# At $75, is this Rockwell Band Saw a Good Deal?



## djonesax (Mar 3, 2008)

http://greensboro.craigslist.org/tls/669801347.html

I've attached some additional pics.

Thanks,

David


----------



## Handyman (Jan 2, 2008)

YES YES YES If I didnt already have 3 I would buy it myself. I have a Delta-Rockwell that is over 60 years old and a Craftsman that is about 50 years old, and a little cheep craftsman. I recomend if you do buy it, change out the babit bearings in the wheels to pin bearings. They are about $10.00 to 15.00 but well worth it.


----------



## Gerry KIERNAN (Apr 20, 2007)

Grab it.

Gerry


----------



## djonesax (Mar 3, 2008)

I cant find one of these for sale anywhere on the internet. What would something like this normally cost?


----------



## skymaster (Oct 30, 2006)

One whole heck of alot MORE than you wood want to pay.:yes:


----------



## Gerry KIERNAN (Apr 20, 2007)

As a guess I would have to say $300 to $500 or more bought new.

Gerry


----------



## djonesax (Mar 3, 2008)

I have been trying to find this saw online but am having no luck identifying it. The person said he would send me the model number tonight but until then can anyone help me identify what model this MIGHT be so I can research it. Also looking at the picture it looks larger than a 10" saw to me and I wonder if he is talking about the thought and not width from the blade to the saw.


----------



## mdlbldrmatt135 (Dec 6, 2006)

It looks to be about a 10" saw....... my 9" uses 59ish inch long blades.......


----------



## djonesax (Mar 3, 2008)

Ok I got the saw. I paid $50 for it. Now I have some questions but you all knew I would...

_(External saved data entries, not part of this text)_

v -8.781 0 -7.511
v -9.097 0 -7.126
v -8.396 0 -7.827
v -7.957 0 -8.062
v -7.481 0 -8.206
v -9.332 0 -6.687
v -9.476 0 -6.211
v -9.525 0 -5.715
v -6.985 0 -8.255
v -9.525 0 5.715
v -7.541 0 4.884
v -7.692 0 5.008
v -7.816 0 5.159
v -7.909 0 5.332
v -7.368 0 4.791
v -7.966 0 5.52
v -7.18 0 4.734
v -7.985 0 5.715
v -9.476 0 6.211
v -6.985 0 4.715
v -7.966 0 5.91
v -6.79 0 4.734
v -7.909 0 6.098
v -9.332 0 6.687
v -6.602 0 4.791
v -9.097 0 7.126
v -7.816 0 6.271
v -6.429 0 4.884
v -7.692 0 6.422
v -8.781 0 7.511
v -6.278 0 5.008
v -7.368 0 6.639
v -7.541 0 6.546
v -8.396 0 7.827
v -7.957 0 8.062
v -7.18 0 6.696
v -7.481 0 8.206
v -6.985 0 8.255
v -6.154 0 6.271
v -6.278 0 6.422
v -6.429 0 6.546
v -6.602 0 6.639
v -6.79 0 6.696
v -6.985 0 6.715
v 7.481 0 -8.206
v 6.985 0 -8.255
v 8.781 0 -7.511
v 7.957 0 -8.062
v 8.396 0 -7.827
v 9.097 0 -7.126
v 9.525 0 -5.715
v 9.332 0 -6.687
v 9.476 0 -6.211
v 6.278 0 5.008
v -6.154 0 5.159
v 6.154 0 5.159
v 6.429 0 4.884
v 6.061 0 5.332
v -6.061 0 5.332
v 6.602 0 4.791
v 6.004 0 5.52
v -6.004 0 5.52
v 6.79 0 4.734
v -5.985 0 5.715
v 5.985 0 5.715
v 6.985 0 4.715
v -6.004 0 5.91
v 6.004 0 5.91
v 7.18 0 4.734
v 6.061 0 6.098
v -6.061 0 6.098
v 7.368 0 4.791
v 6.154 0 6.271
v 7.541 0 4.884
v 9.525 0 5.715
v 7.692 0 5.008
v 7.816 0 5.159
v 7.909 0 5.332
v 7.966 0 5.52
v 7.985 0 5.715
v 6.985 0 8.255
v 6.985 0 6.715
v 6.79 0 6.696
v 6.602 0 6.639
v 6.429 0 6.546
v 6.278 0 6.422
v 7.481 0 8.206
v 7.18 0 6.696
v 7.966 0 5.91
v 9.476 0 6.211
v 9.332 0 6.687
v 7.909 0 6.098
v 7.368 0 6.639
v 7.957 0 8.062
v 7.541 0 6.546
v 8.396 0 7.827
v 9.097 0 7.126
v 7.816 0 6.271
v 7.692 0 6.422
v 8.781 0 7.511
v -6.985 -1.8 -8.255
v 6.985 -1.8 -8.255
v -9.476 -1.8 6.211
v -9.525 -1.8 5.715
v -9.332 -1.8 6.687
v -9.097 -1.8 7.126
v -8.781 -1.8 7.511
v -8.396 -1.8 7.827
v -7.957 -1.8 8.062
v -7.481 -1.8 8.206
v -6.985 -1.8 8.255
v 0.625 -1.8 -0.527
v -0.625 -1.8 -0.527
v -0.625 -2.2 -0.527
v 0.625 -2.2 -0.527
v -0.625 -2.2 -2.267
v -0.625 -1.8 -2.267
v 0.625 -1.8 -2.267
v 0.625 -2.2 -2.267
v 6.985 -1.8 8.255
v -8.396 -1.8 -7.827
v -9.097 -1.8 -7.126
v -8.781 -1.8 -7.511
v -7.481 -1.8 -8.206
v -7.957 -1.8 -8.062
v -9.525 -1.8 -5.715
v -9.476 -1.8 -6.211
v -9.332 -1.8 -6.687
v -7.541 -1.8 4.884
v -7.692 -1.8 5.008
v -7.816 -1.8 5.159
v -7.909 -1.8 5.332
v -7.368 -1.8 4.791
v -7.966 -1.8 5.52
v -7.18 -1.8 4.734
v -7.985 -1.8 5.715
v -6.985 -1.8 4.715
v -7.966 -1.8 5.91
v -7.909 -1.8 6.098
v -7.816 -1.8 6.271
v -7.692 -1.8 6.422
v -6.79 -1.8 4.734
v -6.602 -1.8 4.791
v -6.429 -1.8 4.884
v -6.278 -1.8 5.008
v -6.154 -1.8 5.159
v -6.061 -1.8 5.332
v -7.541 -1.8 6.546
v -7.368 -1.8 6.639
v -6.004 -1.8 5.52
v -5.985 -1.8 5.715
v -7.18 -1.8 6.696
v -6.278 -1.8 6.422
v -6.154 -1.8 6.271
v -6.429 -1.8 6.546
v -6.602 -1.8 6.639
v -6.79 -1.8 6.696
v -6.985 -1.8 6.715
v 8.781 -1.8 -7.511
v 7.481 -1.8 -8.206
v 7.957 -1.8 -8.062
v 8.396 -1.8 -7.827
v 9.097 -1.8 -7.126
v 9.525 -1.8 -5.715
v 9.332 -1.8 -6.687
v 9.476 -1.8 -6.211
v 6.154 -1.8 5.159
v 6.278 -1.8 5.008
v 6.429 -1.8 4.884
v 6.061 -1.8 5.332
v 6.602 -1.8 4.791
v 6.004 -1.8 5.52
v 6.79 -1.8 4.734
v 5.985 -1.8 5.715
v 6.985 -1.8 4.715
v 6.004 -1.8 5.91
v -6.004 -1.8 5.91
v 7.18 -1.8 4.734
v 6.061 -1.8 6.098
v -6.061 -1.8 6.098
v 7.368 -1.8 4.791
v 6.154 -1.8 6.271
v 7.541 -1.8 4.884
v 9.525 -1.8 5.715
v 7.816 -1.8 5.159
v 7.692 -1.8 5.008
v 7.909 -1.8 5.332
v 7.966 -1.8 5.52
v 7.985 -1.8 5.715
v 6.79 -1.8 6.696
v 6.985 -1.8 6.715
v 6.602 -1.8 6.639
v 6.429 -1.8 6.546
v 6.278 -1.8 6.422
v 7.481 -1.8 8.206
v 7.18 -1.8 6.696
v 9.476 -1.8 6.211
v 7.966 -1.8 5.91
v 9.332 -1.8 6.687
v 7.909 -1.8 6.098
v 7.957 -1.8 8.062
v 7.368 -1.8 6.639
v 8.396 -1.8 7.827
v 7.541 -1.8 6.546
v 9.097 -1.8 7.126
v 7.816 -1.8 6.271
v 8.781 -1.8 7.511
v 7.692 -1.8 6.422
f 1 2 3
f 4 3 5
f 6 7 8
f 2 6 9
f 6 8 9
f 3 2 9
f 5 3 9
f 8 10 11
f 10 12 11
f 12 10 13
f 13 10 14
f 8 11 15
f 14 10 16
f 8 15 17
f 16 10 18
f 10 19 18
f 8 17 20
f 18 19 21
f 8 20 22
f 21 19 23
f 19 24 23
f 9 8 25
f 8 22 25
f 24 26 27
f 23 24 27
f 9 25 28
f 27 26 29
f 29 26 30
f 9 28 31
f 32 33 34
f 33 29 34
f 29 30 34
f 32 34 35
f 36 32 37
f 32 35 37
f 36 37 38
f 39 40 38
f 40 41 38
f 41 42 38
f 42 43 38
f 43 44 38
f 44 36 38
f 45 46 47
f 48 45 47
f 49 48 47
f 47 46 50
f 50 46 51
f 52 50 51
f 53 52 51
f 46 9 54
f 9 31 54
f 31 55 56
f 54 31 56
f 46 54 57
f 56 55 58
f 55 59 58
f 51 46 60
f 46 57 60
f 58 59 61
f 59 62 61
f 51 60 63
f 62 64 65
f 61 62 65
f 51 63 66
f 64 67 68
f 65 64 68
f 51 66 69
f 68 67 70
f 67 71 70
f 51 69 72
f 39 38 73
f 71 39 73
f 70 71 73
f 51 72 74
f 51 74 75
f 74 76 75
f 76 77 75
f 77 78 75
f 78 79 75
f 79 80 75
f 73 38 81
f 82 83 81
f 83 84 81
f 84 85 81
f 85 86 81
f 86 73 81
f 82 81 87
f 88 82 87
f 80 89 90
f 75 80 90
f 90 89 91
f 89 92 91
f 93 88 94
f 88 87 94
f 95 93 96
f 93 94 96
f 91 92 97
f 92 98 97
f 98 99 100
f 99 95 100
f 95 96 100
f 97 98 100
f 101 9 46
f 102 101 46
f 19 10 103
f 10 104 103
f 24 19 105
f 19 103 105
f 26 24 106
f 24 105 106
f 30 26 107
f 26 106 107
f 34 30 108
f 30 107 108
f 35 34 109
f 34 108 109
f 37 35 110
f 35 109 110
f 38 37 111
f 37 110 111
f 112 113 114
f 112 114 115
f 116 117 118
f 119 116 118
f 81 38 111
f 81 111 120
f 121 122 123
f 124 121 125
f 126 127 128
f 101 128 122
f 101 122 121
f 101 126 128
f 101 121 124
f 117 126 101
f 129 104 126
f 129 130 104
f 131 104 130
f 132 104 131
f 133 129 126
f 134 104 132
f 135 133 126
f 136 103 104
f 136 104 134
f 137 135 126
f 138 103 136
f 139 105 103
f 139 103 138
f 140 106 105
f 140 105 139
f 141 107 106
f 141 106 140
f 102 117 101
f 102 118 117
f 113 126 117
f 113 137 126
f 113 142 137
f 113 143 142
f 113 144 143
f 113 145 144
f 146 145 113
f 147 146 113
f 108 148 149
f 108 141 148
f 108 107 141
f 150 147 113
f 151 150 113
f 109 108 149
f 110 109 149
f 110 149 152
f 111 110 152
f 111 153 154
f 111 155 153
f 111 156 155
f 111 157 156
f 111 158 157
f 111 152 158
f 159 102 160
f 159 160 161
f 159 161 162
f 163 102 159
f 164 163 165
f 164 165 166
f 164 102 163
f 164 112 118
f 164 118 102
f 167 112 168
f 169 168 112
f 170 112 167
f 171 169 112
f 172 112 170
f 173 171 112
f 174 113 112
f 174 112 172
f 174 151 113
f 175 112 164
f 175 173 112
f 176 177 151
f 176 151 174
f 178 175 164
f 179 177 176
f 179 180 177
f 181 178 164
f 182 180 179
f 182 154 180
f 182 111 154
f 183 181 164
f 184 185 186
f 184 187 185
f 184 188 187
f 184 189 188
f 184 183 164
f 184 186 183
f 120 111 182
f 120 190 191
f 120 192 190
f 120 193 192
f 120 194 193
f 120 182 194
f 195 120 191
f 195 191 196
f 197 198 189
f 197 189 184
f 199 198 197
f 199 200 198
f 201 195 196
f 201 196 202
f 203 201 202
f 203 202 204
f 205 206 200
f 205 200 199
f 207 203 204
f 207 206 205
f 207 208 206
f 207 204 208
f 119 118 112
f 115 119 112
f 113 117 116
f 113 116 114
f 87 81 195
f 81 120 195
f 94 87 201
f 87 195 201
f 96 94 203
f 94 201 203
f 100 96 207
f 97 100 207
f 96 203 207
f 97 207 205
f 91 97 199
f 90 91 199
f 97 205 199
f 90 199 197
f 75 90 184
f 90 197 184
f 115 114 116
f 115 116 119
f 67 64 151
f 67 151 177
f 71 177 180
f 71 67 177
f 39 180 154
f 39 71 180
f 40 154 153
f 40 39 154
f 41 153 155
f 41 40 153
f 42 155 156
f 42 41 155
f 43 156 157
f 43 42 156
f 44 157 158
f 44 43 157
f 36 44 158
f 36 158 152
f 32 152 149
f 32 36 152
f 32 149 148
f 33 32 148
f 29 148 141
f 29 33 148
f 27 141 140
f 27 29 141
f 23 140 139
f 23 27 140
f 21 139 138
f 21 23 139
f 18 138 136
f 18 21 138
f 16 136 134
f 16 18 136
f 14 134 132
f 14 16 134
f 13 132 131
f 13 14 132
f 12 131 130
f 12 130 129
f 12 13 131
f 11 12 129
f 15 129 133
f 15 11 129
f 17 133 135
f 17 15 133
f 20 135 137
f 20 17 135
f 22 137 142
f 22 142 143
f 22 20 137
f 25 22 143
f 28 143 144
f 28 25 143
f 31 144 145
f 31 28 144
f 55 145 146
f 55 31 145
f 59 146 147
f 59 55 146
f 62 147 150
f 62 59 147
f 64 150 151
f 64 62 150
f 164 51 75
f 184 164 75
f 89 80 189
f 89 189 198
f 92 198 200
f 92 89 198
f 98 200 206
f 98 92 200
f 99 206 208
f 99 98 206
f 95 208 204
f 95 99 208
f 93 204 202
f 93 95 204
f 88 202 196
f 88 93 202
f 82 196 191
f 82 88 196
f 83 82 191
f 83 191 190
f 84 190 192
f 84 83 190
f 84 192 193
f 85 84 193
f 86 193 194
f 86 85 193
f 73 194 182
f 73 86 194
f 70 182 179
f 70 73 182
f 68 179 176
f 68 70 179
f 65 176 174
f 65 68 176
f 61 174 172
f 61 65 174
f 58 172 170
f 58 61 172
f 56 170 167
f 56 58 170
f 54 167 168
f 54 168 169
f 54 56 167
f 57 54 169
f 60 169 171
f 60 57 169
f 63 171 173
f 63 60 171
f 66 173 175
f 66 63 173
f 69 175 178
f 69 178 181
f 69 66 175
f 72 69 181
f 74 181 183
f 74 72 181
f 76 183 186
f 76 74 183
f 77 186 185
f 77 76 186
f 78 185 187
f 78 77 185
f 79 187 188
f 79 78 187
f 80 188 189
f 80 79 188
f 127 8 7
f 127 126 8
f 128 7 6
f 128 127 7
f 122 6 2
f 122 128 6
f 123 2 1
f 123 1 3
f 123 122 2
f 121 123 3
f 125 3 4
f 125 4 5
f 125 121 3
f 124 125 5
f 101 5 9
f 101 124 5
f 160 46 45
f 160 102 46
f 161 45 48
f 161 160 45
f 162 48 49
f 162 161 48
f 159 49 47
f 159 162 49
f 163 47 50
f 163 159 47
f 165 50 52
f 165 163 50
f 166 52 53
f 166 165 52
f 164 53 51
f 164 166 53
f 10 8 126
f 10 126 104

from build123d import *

# Parameters (mm, degrees)
F0_W     = 19.05
F0_H     = 16.51
F0_W_2   = 1.25
F0_H_2   = 1.74
F0_R     = 1
F1_DEPTH = 1.8
F2_DEPTH = 2.2
F3_R     = 2.54


with BuildPart() as f1:
    # F0 (on Front) → F1 (new body)
    with BuildSketch(Plane.XZ):
        Rectangle(F0_W, F0_H)
        with Locations((0, -1.397)):
            Rectangle(F0_W_2, F0_H_2, mode=Mode.SUBTRACT)
        with Locations((-6.985, 5.715)):
            Circle(F0_R, mode=Mode.SUBTRACT)
        with Locations((6.985, 5.715)):
            Circle(F0_R, mode=Mode.SUBTRACT)
    extrude(amount=F1_DEPTH)

    # F0 (on Front) → F2 (join)
    with BuildSketch(Plane.XZ):
        with Locations((0, -1.397)):
            Rectangle(F0_W_2, F0_H_2)
    extrude(amount=F2_DEPTH)

    # F3
    f3_edges = [f1.edges().sort_by_distance(p)[0] for p in [
        (-9.525, -0.9, 8.255),
        (9.525, -0.9, 8.255),
        (9.525, -0.9, -8.255),
        (-9.525, -0.9, -8.255),
    ]]
    fillet(f3_edges, radius=F3_R)


solid = f1.part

1. When I cut, the blade leaves cut lines or stokes and is not even remotely smooth. Is this normal for a band saw?

2. When I put the band on is there anything I should make sure to do properly? For instance should the band run in the center of the wheels or does it matter?

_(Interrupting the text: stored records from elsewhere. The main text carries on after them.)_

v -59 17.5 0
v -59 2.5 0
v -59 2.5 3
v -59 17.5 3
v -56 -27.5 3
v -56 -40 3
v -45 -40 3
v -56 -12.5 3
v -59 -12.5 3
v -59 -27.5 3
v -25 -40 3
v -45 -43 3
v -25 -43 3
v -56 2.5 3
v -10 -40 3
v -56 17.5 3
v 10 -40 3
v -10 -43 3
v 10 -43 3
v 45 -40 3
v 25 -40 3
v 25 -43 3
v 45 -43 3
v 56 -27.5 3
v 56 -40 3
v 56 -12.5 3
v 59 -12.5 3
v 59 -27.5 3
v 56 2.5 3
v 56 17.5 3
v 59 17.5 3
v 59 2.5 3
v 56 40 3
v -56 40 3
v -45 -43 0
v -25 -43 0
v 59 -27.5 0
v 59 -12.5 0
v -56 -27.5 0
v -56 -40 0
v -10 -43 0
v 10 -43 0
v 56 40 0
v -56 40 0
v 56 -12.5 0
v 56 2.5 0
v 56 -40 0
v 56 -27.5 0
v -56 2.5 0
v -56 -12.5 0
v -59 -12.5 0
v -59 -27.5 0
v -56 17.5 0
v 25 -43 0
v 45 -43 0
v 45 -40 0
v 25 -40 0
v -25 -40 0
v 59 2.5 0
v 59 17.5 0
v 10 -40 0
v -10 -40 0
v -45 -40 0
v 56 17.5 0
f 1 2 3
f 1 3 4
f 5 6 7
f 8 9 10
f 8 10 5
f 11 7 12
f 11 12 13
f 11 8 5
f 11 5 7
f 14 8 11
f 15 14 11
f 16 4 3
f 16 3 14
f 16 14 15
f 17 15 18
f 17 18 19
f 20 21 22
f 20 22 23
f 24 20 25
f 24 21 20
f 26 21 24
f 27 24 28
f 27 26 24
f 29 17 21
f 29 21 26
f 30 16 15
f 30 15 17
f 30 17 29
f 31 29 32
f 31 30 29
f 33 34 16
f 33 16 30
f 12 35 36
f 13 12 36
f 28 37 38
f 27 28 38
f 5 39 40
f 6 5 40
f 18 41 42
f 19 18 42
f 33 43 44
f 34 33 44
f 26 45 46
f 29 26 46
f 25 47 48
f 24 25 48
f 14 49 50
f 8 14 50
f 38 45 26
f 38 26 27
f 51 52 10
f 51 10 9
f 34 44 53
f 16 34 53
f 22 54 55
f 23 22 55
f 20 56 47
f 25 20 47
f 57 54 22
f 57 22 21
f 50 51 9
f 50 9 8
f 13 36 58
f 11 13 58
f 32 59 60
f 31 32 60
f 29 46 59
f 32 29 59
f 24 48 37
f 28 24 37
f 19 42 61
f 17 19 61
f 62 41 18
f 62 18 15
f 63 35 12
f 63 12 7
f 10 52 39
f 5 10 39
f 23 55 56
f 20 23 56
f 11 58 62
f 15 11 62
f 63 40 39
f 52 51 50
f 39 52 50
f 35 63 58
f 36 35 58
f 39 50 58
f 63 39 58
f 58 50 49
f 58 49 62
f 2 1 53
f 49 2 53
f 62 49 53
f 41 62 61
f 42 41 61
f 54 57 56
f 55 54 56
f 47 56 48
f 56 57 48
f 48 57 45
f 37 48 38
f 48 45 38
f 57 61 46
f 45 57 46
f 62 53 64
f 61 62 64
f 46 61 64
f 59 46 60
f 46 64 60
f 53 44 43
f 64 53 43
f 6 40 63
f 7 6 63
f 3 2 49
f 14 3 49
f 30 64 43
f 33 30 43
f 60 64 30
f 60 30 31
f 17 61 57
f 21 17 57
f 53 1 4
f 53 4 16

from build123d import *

# Parameters (mm, degrees)
SKETCH2_W           = 20
SKETCH2_H           = 3
SKETCH2_W_2         = 3
SKETCH2_H_2         = 15
BOSS_EXTRUDE1_DEPTH = 3


with BuildPart() as part:
    # Sketch2 → Boss-Extrude1 (new body)
    with BuildSketch(Plane.XY):
        Polygon((45, -40), (56, -40), (56, -27.5), (56, -12.5), (56, 2.5), (-56, 2.5), (-56, -12.5), (-56, -27.5), (-56, -40), (-45, -40), (-25, -40), (-10, -40), (10, -40), (25, -40), align=None)
        with Locations((35, -41.5)):
            Rectangle(SKETCH2_W, SKETCH2_H)
        with Locations((57.5, -20)):
            Rectangle(SKETCH2_W_2, SKETCH2_H_2)
        with Locations((0, -41.5)):
            Rectangle(SKETCH2_W, SKETCH2_H)
        Polygon((-56, 2.5), (56, 2.5), (56, 17.5), (56, 40), (-56, 40), (-56, 17.5), align=None)
        with Locations((57.5, 10)):
            Rectangle(SKETCH2_W_2, SKETCH2_H_2)
        with Locations((-57.5, 10)):
            Rectangle(SKETCH2_W_2, SKETCH2_H_2)
        with Locations((-35, -41.5)):
            Rectangle(SKETCH2_W, SKETCH2_H)
        with Locations((-57.5, -20)):
            Rectangle(SKETCH2_W_2, SKETCH2_H_2)
    extrude(amount=BOSS_EXTRUDE1_DEPTH)


solid = part.part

3. How should I set up the guide blocks and blade support bearings per type of blade?

Thanks,

David


----------



## MrRodeoCC (Mar 15, 2008)

Here is a guide that will get that bandsaw setup right. Good Luck!!
http://home.vicnet.net.au/~pwguild/i-bndsaw.htm


----------



## Gerry KIERNAN (Apr 20, 2007)

Good buy David. 

I read the setup guide for bandsaws and that is good information. With regard to the cut lines in the wood, that is probably a coarse blade in the saw. Try a finer pitch blade, and see how that works.

Gerry


----------



## djonesax (Mar 3, 2008)

Seems like a good article. I have a much better understadning of how everything is supposed to work. Thank you.


----------



## djonesax (Mar 3, 2008)

Doesn anyone have any idea on how to increase the size of this table and add a rip fence without it costing a fortune?


----------



## allthunbs (May 14, 2008)

Handyman said:


> YES YES YES If I didnt already have 3 I would buy it myself. I have a Delta-Rockwell that is over 60 years old and a Craftsman that is about 50 years old, and a little cheep craftsman. I recomend if you do buy it, change out the babit bearings in the wheels to pin bearings. They are about $10.00 to 15.00 but well worth it.


Firstly, what is the difference between Babit bearings and pin bearings? Second, I have the generic 14" import with the 6" riser block and I've recently put in new bearings. Are "pin" bearings available for my saw?


----------



## Gerry KIERNAN (Apr 20, 2007)

Babit bearings are a sold metal bushing, usually made out of a sintered bronze alloy[designed to hold lube in the pores] Pin bearings are more commonly called roller bearings and have bunch of small diameter rollers encased in a hardened metal shell. If you contact the company you got the saw from they should be able to advise you as to wether or not they have bearing upgrades available. The other option would be to measure the existing bearings and go to a bearing supply house to see if they have roller bearings to match. Here you have to be a little careful, as most of the offshore equipment is manufactured in metric measurement.

Gerry


----------



## djonesax (Mar 3, 2008)

I followed the setup article and have it all setup correctly I think. The saw still wasnt cutting well so I replaced the blade. All I can saw is wow, the wood turned to butter. I took off what looked like a 1/2 inch blade and I replaced it with a brand new 3/8 inch blade with more TPI. It works amazingly better and the cuts are much smoother and straigter. There are still some blade marks but at least now they are marks that I can sand out.


----------



## allthunbs (May 14, 2008)

Thanks Gerry. I call the "babbit" bearings, bushings (bronze bushings, oil impregnated bronze bushings) and the "pin" bearings I call ball bearings. When I first red your post I thought the "babbit" would be ball bearings and the pin would be roller bearings. BTW, do you still use Worthington measure ;-)

djonesax: I recently bought an "import" (read Korean copy of the Delta 14" bandsaw) for $15.00. I put a new set of bearings and a new blade and it still didn't work quite right. I then started going around the machine taking a bit apart, cleaning it up and putting it back together. Part of the cleanup was to make sure it was put together right in the first place. I found that the original owner really screwed up the assembly. I got hold of an old manual and began checking the saw from one end to the other. One of the things I noticed is that the castings didn't always line up properly. I discovered that this particular saw still had casting lines that had not been cleaned up. I cleaned them up and I now have one beautiful little saw that I know intimately.


----------